**Instructions to follow**
Up to and including the line containing "f 260 252 251", please reproduce the lines of the listing below, starting from the top.

**Input data**
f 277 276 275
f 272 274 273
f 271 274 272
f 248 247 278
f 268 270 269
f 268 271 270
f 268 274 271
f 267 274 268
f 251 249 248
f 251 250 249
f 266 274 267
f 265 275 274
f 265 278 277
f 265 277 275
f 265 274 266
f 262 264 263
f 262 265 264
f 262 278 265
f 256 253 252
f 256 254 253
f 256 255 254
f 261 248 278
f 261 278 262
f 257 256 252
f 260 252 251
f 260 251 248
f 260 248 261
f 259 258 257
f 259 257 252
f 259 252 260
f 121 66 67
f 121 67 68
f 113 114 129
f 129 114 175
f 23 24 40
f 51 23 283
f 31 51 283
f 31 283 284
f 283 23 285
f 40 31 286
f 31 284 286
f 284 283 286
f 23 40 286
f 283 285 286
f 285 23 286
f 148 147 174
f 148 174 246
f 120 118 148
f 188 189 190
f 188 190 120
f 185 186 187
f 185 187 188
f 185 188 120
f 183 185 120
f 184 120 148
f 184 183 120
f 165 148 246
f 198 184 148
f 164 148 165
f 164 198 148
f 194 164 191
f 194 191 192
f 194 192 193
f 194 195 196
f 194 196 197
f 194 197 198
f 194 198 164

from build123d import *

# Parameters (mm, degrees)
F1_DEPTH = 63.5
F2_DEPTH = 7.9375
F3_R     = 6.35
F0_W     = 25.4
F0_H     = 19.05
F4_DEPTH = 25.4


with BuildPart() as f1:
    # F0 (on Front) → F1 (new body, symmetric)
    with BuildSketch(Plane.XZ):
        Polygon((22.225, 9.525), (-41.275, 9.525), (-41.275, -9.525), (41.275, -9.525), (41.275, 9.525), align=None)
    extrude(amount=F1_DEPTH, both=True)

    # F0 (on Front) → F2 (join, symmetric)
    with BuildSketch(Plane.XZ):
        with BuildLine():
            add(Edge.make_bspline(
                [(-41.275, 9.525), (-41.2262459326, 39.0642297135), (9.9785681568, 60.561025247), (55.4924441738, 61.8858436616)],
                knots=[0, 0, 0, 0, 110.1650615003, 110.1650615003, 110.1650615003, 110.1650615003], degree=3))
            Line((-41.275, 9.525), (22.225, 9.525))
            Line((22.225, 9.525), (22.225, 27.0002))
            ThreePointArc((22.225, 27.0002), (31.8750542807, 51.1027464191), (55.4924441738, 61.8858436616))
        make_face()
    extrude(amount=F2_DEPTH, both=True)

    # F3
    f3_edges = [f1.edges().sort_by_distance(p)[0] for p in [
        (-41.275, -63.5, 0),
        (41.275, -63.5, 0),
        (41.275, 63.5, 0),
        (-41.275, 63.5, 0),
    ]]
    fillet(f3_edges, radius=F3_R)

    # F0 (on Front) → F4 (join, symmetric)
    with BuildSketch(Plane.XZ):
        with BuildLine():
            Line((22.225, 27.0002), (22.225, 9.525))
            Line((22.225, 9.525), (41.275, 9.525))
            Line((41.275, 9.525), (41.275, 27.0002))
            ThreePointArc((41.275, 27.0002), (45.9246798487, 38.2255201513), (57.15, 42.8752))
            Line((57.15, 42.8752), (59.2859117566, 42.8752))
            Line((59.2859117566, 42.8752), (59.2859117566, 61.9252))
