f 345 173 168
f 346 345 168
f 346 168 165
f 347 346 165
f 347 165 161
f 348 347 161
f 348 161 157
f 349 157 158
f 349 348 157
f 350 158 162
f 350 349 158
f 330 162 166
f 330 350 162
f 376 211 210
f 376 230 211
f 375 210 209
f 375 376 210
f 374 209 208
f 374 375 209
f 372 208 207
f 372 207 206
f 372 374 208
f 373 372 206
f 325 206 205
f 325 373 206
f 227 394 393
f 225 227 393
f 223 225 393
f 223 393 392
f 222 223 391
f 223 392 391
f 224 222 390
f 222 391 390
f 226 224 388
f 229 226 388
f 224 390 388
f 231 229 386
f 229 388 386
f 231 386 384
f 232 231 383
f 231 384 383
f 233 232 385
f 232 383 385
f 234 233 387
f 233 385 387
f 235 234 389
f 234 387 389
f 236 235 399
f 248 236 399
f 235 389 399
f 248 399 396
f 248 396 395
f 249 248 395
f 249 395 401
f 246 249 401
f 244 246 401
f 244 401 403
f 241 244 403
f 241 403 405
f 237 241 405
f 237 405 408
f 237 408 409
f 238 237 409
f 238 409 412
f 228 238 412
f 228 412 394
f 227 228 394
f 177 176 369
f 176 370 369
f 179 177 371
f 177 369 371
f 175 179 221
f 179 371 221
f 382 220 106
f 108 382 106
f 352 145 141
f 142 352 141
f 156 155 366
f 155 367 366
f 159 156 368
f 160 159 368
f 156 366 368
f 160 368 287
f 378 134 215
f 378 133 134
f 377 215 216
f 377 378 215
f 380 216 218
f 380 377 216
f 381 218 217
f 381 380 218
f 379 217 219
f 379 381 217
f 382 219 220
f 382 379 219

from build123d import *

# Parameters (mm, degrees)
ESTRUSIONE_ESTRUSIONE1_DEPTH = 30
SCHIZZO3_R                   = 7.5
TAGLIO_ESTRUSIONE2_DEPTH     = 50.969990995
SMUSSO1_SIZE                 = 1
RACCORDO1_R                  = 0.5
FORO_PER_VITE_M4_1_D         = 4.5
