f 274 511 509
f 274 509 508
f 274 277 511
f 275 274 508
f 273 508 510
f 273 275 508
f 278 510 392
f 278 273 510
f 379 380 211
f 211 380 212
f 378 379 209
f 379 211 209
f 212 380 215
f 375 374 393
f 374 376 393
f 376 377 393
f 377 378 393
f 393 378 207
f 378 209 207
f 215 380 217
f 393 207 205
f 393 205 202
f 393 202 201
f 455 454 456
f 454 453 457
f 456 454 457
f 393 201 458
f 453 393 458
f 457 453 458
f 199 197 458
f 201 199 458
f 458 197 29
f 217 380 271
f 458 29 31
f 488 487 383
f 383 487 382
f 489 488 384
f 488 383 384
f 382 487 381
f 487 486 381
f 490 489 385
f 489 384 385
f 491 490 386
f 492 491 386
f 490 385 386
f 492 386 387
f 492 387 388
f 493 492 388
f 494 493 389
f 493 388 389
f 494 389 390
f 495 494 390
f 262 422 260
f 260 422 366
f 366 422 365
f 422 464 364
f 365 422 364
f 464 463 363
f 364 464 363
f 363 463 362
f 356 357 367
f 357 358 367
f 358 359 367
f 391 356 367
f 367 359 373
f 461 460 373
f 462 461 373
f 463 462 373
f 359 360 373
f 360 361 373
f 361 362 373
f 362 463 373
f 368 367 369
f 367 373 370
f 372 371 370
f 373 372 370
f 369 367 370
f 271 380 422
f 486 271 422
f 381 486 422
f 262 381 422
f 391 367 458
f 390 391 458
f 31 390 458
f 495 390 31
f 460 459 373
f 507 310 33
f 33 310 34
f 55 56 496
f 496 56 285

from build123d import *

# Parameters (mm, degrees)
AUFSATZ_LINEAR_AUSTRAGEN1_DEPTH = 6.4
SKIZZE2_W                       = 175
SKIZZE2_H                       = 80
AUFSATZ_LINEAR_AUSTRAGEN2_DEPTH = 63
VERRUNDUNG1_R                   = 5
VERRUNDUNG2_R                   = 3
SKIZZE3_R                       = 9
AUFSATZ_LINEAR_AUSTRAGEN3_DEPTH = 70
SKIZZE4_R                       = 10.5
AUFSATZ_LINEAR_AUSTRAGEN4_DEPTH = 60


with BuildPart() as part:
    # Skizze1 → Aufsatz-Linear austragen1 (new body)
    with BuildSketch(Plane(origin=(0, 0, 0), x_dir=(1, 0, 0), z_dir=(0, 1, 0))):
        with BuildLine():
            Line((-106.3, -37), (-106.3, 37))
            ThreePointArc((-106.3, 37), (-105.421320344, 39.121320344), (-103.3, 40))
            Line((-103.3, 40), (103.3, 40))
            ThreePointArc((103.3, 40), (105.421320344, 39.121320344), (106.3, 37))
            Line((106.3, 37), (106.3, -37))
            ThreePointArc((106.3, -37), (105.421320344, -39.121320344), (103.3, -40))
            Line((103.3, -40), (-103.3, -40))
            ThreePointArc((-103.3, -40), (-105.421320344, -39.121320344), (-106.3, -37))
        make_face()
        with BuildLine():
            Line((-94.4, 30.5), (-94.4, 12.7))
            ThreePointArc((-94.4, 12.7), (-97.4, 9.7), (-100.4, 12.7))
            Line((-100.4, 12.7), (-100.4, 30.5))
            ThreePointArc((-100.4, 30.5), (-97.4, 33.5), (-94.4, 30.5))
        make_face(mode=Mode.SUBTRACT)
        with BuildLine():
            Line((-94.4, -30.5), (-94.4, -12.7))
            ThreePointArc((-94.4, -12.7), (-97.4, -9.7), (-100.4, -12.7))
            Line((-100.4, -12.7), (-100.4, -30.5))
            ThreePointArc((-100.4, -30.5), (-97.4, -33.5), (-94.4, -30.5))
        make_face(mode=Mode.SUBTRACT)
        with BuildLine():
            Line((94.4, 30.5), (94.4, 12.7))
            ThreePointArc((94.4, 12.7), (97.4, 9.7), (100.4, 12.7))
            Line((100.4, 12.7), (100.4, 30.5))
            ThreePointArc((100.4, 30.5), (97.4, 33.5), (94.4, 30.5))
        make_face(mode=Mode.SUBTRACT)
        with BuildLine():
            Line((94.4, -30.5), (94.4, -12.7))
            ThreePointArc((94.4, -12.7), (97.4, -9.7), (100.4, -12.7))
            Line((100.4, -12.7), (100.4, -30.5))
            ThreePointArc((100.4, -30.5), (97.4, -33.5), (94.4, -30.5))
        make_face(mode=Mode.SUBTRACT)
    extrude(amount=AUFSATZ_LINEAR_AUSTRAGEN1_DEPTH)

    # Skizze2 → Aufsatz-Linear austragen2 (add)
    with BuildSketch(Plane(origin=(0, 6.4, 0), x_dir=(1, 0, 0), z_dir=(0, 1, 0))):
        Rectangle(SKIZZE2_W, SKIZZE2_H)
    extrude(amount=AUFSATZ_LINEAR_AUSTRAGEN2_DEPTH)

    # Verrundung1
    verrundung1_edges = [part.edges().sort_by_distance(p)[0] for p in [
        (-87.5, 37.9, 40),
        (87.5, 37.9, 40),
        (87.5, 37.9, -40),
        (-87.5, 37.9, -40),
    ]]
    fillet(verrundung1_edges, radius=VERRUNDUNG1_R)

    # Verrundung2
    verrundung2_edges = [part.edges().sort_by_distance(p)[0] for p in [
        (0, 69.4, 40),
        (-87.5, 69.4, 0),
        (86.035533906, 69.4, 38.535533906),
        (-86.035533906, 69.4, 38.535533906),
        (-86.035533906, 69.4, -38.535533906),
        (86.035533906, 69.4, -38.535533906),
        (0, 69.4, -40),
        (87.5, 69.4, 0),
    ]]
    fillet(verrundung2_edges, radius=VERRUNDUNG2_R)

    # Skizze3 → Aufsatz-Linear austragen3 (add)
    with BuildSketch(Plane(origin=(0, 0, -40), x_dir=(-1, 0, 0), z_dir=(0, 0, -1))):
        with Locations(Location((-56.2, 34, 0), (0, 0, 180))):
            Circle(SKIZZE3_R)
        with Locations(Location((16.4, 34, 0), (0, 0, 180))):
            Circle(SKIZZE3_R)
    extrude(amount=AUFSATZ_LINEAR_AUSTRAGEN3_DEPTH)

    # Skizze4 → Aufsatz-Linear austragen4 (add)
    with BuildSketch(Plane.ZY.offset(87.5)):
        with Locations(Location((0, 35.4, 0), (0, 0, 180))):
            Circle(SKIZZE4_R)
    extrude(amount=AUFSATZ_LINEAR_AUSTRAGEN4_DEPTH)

**Output below**
f 277 276 275
f 272 274 273
f 271 274 272
f 248 247 278
f 268 270 269
f 268 271 270
f 268 274 271
f 267 274 268
f 251 249 248
f 251 250 249
f 266 274 267
f 265 275 274
f 265 278 277
f 265 277 275
f 265 274 266
f 262 264 263
f 262 265 264
f 262 278 265
f 256 253 252
f 256 254 253
f 256 255 254
f 261 248 278
f 261 278 262
f 257 256 252
f 260 252 251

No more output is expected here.